Richard, assume a mismatched load has produced both voltage and current refleftions on the line that result in
a particular reactive impedance at the line input. The line input is connected to the output of the
transceiver that has a pi-network output coupling circuit. When the network has been adjusted to deliver all
the available power into the line the output source impedance is the complex conjugate of the line input
impedance. In this condition the reflected voltage and current waves are totally re-reflected back into the
line, while adding in phase to the voltage and current waves from the source, respectively. Consequently, the
reflected waves do not pass rearward through the network to be incident on the plate. Only if the network is
mistuned, such as being connected to the reactive input of the line without being retuned to resonance, in
which case the excessive plate current due to being mistuned will result in an inordinate amount of heating of
the plate.

This is the symmetry of the illustration of external signals. You
used external signals yourself as part of your case study; hence the
relevance has been made by you.

Whoa, Richard!
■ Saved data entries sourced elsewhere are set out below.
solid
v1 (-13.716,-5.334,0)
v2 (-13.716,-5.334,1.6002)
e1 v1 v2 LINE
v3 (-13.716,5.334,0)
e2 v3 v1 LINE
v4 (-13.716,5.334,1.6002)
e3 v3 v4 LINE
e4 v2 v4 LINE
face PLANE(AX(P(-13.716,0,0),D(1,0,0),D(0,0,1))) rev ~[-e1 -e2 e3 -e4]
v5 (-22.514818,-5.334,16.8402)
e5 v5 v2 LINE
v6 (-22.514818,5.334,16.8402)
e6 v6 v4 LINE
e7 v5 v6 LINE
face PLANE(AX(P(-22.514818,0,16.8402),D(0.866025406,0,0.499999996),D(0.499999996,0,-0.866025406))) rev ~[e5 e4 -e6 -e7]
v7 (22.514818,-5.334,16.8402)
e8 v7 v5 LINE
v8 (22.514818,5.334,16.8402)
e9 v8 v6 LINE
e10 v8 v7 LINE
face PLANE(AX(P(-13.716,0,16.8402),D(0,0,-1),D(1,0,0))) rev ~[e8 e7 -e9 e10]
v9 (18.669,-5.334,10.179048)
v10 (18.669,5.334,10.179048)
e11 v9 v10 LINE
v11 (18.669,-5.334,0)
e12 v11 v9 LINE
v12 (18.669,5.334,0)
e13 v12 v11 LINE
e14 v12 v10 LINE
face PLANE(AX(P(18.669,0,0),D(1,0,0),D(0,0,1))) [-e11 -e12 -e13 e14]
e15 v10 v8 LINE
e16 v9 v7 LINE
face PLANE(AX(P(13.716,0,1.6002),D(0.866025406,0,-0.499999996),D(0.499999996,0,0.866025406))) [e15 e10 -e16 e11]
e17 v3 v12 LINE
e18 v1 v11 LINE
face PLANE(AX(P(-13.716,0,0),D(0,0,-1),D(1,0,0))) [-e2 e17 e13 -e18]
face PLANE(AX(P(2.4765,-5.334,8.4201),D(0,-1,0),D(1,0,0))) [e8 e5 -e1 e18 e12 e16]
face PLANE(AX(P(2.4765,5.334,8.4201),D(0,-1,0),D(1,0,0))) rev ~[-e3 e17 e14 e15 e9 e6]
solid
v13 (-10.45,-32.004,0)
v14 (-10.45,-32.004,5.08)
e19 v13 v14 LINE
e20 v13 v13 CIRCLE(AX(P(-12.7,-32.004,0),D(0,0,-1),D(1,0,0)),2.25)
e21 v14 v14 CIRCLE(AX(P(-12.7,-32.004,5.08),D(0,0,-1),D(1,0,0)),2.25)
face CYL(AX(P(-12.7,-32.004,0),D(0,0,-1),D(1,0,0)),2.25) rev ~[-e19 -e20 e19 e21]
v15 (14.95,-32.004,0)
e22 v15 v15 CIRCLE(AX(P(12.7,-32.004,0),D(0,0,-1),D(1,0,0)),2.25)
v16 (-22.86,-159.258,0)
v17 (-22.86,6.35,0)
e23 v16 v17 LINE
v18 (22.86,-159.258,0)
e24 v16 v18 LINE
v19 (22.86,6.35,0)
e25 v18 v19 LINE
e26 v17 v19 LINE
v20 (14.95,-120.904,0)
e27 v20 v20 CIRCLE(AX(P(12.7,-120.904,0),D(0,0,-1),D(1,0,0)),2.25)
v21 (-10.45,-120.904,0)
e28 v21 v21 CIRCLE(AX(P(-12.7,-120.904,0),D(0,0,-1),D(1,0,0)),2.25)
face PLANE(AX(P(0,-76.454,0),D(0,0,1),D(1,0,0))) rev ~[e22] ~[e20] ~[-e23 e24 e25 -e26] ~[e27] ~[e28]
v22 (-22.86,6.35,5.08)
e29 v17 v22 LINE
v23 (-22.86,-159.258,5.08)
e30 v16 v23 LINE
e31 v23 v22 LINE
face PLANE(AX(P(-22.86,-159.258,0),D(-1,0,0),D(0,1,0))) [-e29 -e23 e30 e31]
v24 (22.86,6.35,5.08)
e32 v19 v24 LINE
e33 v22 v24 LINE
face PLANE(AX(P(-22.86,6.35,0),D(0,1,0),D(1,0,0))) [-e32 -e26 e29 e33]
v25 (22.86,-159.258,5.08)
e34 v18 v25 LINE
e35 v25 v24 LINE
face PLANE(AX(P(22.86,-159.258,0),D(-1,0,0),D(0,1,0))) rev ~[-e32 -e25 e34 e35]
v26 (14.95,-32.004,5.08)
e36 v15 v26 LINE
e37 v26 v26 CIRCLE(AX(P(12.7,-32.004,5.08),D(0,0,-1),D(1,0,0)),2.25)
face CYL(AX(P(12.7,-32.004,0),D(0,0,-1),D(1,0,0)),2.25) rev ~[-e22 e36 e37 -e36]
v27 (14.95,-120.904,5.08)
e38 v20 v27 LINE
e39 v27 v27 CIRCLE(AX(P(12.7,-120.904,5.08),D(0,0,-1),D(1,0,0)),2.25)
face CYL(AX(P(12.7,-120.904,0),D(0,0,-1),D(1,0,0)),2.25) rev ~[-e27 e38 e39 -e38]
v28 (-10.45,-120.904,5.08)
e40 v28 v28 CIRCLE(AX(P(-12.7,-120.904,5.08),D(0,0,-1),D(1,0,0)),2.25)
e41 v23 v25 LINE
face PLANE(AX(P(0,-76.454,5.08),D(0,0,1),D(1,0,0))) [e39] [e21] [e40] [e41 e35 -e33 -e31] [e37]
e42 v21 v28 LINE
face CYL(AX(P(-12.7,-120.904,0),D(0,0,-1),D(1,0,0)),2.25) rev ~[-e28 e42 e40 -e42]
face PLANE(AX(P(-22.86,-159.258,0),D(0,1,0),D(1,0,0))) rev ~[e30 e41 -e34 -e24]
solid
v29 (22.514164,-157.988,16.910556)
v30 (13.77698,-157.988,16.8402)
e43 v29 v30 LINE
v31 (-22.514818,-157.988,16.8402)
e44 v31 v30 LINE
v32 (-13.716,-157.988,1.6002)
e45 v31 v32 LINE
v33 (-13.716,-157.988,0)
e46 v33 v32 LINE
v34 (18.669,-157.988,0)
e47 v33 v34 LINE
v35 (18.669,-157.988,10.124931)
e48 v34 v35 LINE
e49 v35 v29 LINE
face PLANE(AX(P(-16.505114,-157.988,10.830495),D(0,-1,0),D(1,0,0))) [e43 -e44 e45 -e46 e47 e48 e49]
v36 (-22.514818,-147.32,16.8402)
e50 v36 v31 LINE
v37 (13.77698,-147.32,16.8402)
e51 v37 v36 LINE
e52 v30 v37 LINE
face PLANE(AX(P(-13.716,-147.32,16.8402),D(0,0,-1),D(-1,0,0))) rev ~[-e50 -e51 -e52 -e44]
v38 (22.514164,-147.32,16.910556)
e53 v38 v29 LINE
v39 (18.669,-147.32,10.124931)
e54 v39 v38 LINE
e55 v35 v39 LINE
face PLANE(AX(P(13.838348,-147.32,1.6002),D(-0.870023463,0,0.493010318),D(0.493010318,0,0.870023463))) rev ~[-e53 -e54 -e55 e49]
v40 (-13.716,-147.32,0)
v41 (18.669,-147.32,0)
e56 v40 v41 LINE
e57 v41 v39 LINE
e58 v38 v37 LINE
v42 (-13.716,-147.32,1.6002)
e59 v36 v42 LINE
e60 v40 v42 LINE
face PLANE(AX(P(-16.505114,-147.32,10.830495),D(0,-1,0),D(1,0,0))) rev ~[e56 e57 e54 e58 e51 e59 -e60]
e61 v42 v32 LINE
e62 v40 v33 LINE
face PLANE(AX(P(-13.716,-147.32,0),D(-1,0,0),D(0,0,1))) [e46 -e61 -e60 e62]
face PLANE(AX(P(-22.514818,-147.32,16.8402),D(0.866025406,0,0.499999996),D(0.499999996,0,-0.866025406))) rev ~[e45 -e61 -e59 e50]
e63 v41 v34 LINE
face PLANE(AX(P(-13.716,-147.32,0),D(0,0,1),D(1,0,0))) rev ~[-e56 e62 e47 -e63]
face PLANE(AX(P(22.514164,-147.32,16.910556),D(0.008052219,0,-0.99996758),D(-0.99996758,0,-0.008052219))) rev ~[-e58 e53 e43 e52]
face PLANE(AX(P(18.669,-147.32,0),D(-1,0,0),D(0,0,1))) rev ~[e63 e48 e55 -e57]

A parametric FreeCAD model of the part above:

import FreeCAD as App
import Part
import Sketcher

V = App.Vector
Q = App.Units.Quantity


def add_polygon(sketch, points):
    """Adds a closed chain of lines whose ends are joined by coincident constraints."""
    first, n = sketch.GeometryCount, len(points)
    for a, b in zip(points, points[1:] + points[:1]):
        sketch.addGeometry(Part.LineSegment(App.Vector(*a, 0), App.Vector(*b, 0)), False)
    for i in range(n):
        sketch.addConstraint(Sketcher.Constraint("Coincident", first + i, 2, first + (i + 1) % n, 1))

doc = App.newDocument("Part")
body = doc.addObject("PartDesign::Body", "Body")

sketch1 = doc.addObject("Sketcher::SketchObject", "Sketch")
body.addObject(sketch1)
sketch1.AttachmentSupport = (doc.XY_Plane, [""])
sketch1.MapMode = "FlatFace"
add_polygon(sketch1, [(-23, 6), (-23, -159), (23, -159), (23, 6)])
sketch1.addConstraint([
    Sketcher.Constraint("Vertical", 0),
    Sketcher.Constraint("Horizontal", 1),
    Sketcher.Constraint("Vertical", 2),
    Sketcher.Constraint("Horizontal", 3),
    Sketcher.Constraint("DistanceX", 1, 1, 1, 2, Q("1.8 in")),
    Sketcher.Constraint("DistanceY", 0, 2, 0, 1, Q("6.52 in")),
    Sketcher.Constraint("DistanceX", 0, 2, -1, 1, Q("0.9 in")),
    Sketcher.Constraint("DistanceY", 0, 2, -1, 1, Q("6.27 in")),
])
pad1 = doc.addObject("PartDesign::Pad", "Pad")
body.addObject(pad1)
pad1.Profile = sketch1
pad1.Length = Q("0.2 in")

sketch2 = doc.addObject("Sketcher::SketchObject", "Sketch001")
body.addObject(sketch2)
sketch2.AttachmentSupport = (doc.XY_Plane, [""])
sketch2.MapMode = "FlatFace"
sketch2.addGeometry([
    Part.Circle(V(-12.7, -120.9, 0), V(0, 0, 1), 2.2),
    Part.Circle(V(-12.7, -32, 0), V(0, 0, 1), 2.2),
    Part.Circle(V(12.7, -120.9, 0), V(0, 0, 1), 2.2),
    Part.Circle(V(12.7, -32, 0), V(0, 0, 1), 2.2),
], False)
sketch2.addConstraint([
    Sketcher.Constraint("Equal", 0, 1),
    Sketcher.Constraint("Equal", 1, 2),
    Sketcher.Constraint("Equal", 2, 3),
    Sketcher.Constraint("Symmetric", 0, 3, 2, 3, -2),
    Sketcher.Constraint("Symmetric", 1, 3, 3, 3, -2),
    Sketcher.Constraint("Vertical", 0, 3, 1, 3),
    Sketcher.Constraint("DistanceX", 0, 3, 2, 3, Q("1 in")),
    Sketcher.Constraint("DistanceY", 0, 3, 1, 3, Q("3.5 in")),
    Sketcher.Constraint("Diameter", 0, 4.5),
    Sketcher.Constraint("DistanceY", 0, 3, -1, 1, Q("4.76 in")),
])
pocket1 = doc.addObject("PartDesign::Pocket", "Pocket")
body.addObject(pocket1)
pocket1.Profile = sketch2
pocket1.Length = Q("0.984 in")
pocket1.Reversed = True
body2 = doc.addObject("PartDesign::Body", "Body001")

sketch3 = doc.addObject("Sketcher::SketchObject", "Sketch002")
body2.addObject(sketch3)
sketch3.AttachmentSupport = (doc.getObject("XZ_Plane001"), [""])
sketch3.MapMode = "FlatFace"
add_polygon(sketch3, [(-14, 17), (-14, 0), (19, 0), (19, 17)])
sketch3.addConstraint([
    Sketcher.Constraint("Vertical", 0),
    Sketcher.Constraint("Horizontal", 1),
    Sketcher.Constraint("Vertical", 2),
    Sketcher.Constraint("Horizontal", 3),
    Sketcher.Constraint("PointOnObject", 0, 2, -1),
    Sketcher.Constraint("DistanceX", 1, 1, 1, 2, Q("1.275 in")),
    Sketcher.Constraint("DistanceY", 0, 2, 0, 1, Q("0.663 in")),
    Sketcher.Constraint("DistanceX", 0, 2, -1, 1, Q("0.54 in")),
])
pad2 = doc.addObject("PartDesign::Pad", "Pad001")
body2.addObject(pad2)
pad2.Profile = sketch3
pad2.Length = Q("0.42 in")
pad2.Midplane = True

sketch4 = doc.addObject("Sketcher::SketchObject", "Sketch003")
body2.addObject(sketch4)
sketch4.AttachmentSupport = (doc.getObject("XZ_Plane001"), [""])
sketch4.MapMode = "FlatFace"
add_polygon(sketch4, [(-14, 2), (-14, 17), (-23, 17)])
add_polygon(sketch4, [(14, 2), (23, 17), (14, 17)])
sketch4.addConstraint([
    Sketcher.Constraint("Vertical", 0),
    Sketcher.Constraint("Horizontal", 1),
    Sketcher.Constraint("Horizontal", 4),
    Sketcher.Constraint("Vertical", 5),
    Sketcher.Constraint("Symmetric", 1, 2, 3, 2, -2),
    Sketcher.Constraint("Symmetric", 2, 2, 5, 2, -2),
    Sketcher.Constraint("DistanceY", 0, 1, 0, 2, Q("0.6 in")),
    Sketcher.Constraint("Angle", 2, Q("-60 deg")),
    Sketcher.Constraint("DistanceX", 0, 2, -1, 1, Q("0.54 in")),
    Sketcher.Constraint("DistanceY", -1, 1, 0, 2, Q("0.663 in")),
])
pad3 = doc.addObject("PartDesign::Pad", "Pad002")
body2.addObject(pad3)
pad3.Profile = sketch4
pad3.Length = Q("0.42 in")
pad3.Midplane = True
body3 = doc.addObject("PartDesign::Body", "Body002")

sketch5 = doc.addObject("Sketcher::SketchObject", "Sketch004")
body3.addObject(sketch5)
sketch5.AttachmentSupport = (doc.getObject("XZ_Plane002"), [""])
sketch5.MapMode = "FlatFace"
sketch5.AttachmentOffset = App.Placement(V(0, 0, 5.8 * 25.4), App.Rotation())
add_polygon(sketch5, [(-14, 17), (-14, 0), (19, 0), (19, 17)])
sketch5.addConstraint([
    Sketcher.Constraint("Vertical", 0),
    Sketcher.Constraint("Horizontal", 1),
    Sketcher.Constraint("Vertical", 2),
    Sketcher.Constraint("Horizontal", 3),
    Sketcher.Constraint("PointOnObject", 0, 2, -1),
    Sketcher.Constraint("DistanceX", 1, 1, 1, 2, Q("1.275 in")),
    Sketcher.Constraint("DistanceY", 0, 2, 0, 1, Q("0.663 in")),
    Sketcher.Constraint("DistanceX", 0, 2, -1, 1, Q("0.54 in")),
])
pad4 = doc.addObject("PartDesign::Pad", "Pad003")
body3.addObject(pad4)
pad4.Profile = sketch5
pad4.Length = Q("0.42 in")

sketch6 = doc.addObject("Sketcher::SketchObject", "Sketch005")
body3.addObject(sketch6)
sketch6.AttachmentSupport = (doc.getObject("XZ_Plane002"), [""])
sketch6.MapMode = "FlatFace"
sketch6.AttachmentOffset = App.Placement(V(0, 0, 5.8 * 25.4), App.Rotation())
add_polygon(sketch6, [(-14, 2), (-14, 17), (-23, 17)])
add_polygon(sketch6, [(14, 2), (23, 17), (14, 17)])
sketch6.addConstraint([
    Sketcher.Constraint("Vertical", 0),
    Sketcher.Constraint("Horizontal", 1),
    Sketcher.Constraint("Perpendicular", 4, 5),
    Sketcher.Constraint("Horizontal", 2, 2, 5, 2),
    Sketcher.Constraint("Equal", 2, 3),
    Sketcher.Constraint("DistanceY", 0, 1, 0, 2, Q("0.6 in")),
    Sketcher.Constraint("Angle", 2, Q("-60 deg")),
    Sketcher.Constraint("Distance", 5, Q("0.6 in")),
    Sketcher.Constraint("DistanceX", 0, 2, -1, 1, Q("0.54 in")),
    Sketcher.Constraint("DistanceY", -1, 1, 0, 2, Q("0.663 in")),
    Sketcher.Constraint("DistanceX", -1, 1, 4, 2, 13.715632),
    Sketcher.Constraint("DistanceY", 4, 2, 3, 2, 0.07085),
])
pad5 = doc.addObject("PartDesign::Pad", "Pad004")
body3.addObject(pad5)
pad5.Profile = sketch6
pad5.Length = Q("0.42 in")

doc.recompute()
You'll have to point out where I've discussed external signals in any case study involving
phase relationships between forward and reflected waves. I've never done so knowingly.

It seems to me that in your initial post in the original thread (that
was largely ignored for comment) you made mention of injecting a
signal from an external source into the mouth of the dragon for the
purposes of measuring the source Z. Am I wrong?
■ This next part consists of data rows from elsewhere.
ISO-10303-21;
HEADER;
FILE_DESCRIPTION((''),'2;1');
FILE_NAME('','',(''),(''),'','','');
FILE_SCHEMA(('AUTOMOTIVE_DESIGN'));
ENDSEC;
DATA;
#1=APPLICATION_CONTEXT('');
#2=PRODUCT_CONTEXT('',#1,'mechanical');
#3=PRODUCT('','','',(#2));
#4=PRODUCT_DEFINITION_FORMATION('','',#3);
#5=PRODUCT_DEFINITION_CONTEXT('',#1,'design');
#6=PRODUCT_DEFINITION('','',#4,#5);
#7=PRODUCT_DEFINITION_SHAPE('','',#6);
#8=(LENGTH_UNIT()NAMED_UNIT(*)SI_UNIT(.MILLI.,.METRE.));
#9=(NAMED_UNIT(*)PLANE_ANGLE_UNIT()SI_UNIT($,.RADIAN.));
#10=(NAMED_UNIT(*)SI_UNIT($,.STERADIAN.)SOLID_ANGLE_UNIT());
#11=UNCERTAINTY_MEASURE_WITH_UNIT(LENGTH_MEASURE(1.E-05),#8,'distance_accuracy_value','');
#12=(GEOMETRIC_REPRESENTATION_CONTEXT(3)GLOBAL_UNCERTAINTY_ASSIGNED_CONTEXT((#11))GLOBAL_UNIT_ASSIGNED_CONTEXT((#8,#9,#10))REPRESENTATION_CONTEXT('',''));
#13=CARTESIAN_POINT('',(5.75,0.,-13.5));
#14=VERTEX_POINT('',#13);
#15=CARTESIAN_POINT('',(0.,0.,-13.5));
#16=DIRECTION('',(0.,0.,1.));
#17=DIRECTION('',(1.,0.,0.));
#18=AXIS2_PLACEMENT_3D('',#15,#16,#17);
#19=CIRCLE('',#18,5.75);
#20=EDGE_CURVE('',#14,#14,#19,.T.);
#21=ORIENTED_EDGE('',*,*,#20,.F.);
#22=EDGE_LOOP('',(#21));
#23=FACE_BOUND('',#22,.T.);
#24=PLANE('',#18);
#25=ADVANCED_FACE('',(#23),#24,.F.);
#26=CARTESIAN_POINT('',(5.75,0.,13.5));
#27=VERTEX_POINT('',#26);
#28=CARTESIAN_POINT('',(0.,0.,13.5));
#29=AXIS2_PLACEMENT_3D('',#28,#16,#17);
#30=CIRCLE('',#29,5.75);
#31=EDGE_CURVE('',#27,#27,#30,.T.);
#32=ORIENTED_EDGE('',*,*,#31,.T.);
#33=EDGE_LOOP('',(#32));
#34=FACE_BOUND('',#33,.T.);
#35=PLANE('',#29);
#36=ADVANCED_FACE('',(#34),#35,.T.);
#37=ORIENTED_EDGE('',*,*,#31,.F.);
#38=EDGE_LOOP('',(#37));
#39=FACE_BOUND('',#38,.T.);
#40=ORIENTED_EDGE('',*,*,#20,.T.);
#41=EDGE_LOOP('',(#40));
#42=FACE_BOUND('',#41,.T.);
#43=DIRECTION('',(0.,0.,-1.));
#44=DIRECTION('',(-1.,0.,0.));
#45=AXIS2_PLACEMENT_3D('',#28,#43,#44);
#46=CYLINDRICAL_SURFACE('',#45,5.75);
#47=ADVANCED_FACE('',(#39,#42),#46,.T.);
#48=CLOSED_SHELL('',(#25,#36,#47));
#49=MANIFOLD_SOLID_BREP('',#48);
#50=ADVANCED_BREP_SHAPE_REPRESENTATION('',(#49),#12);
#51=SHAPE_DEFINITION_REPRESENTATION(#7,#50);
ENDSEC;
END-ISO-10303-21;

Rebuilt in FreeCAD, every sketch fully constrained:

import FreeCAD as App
import Part
import Sketcher
from FreeCAD import Vector

doc = App.newDocument("Part")
params = doc.addObject("Spreadsheet::Sheet", "Params")
for row, (alias, value) in enumerate([
    ("sketch1_diameter", "11.5 mm"),
    ("pad1_length", "27 mm"),
], start=1):
    params.set(f"A{row}", alias)
    params.set(f"B{row}", "=" + value)
    params.setAlias(f"B{row}", alias)

body = doc.addObject("PartDesign::Body", "Body")

# Sketch on XY plane
sketch1 = doc.addObject("Sketcher::SketchObject", "Sketch")
body.addObject(sketch1)
sketch1.AttachmentSupport = (doc.XY_Plane, [""])
sketch1.MapMode = "FlatFace"
sketch1.addGeometry(Part.Circle(Vector(0, 0, 0), Vector(0, 0, 1), 6), False)
sketch1.addConstraint([
    Sketcher.Constraint("Coincident", 0, 3, -1, 1),
    Sketcher.Constraint("Diameter", 0, 11.5),
])
sketch1.setExpression("Constraints[1]", "Params.sketch1_diameter")
pad1 = doc.addObject("PartDesign::Pad", "Pad")
body.addObject(pad1)
pad1.Profile = sketch1
pad1.setExpression("Length", "Params.pad1_length")
pad1.Midplane = True

doc.recompute()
Yes, you are wrong here, because I made no mention of the 'mouth of a dragon'. That comment must have come
from another poster, twarn't I.

And we return to the sine non quo for the discussion: phase.

That's true, but although RF apparently realizes that the phase relationship is relevant, he doesn't seem to
understand the details of the phase requirements that achieve the necessary interferences that accomplish the
impedance matching.

That is not what I read.

It seems he is on the face of it, doesn't it? Afterall, he is quite
explicit to this in the statement you are challenging.

No Richard, I don't believe he is. I don't see the 'explicitness' you seem to find. It's the complete lack of
the explicitness that makes me believe he doesn't quite get it.

That has not been my impression of the complete post.

Nothing here contradicts anything either of you have to say.

True, but RF just hasn't said it all, because, as I said above, I don't believe he understands the details of
the phase requirements to achieve the match.

That has not been my impression of the complete post.

Richard, try this on for size and then determine whether you believe RF understands the function of the
phasing in impedance matching:

Assume a 150-ohm pure resistance terminates a 50-ohm line, producing a voltage reflection coefficient rhoV
=0.5 at 0°, a current reflection coefficient rhoi, yielding a 3:1 mismatch. We want to place a series stub at
the appropriate position on the line to yield a match at that point. The appropriate position on the line is
where the real portion of the line impedance is 50 ohms, with a residual reactance, which in this case is
-j57.7 ohms, determined by the 3:1 mismatch. A series stub having a terminal impedance of +j57.7 ohms cancels
the residual reactance, achieving a match at the stub point.

Now to the phase relationships that occur here that I believe RF has not considered.

First, the line rhoV at the stub is 0.5 at -60°, and the stub rhoV is 0.5 at +60°, with the resultant rho =
0°.
Second, the line rhoi at the stub is 0.5 at +120°, and the stub rhoi is 0.5 at -120°, with the resultant rho =
180°.
Third, with resultant voltage and current at 0° and 180°, respectively, we have achieved a virtual open
circuit to waves reflected from the 150-ohm mismatch, causing total re-reflection of the reflected waves at
the stub point. Proof that total re-reflection has occurred is by observing that there is no evidence of any
reflected waves rearward from the stub point to the source.

Now, when adjusting the output network of a tube-type transceiver to deliver all the available power into a
line having reflections, the adjustment of the network accomplishes the same function as the stub on the line
in the above discussion. Consequently, this is the reason why the reflected power is totally re-reflected at
the output terminals of the network, and is never seen at the plate of the amp to cause heating.

This is the concept I believe Richard Fry is not appreciating. If I'm wrong on this I hope he'll straighten me
out.

Walt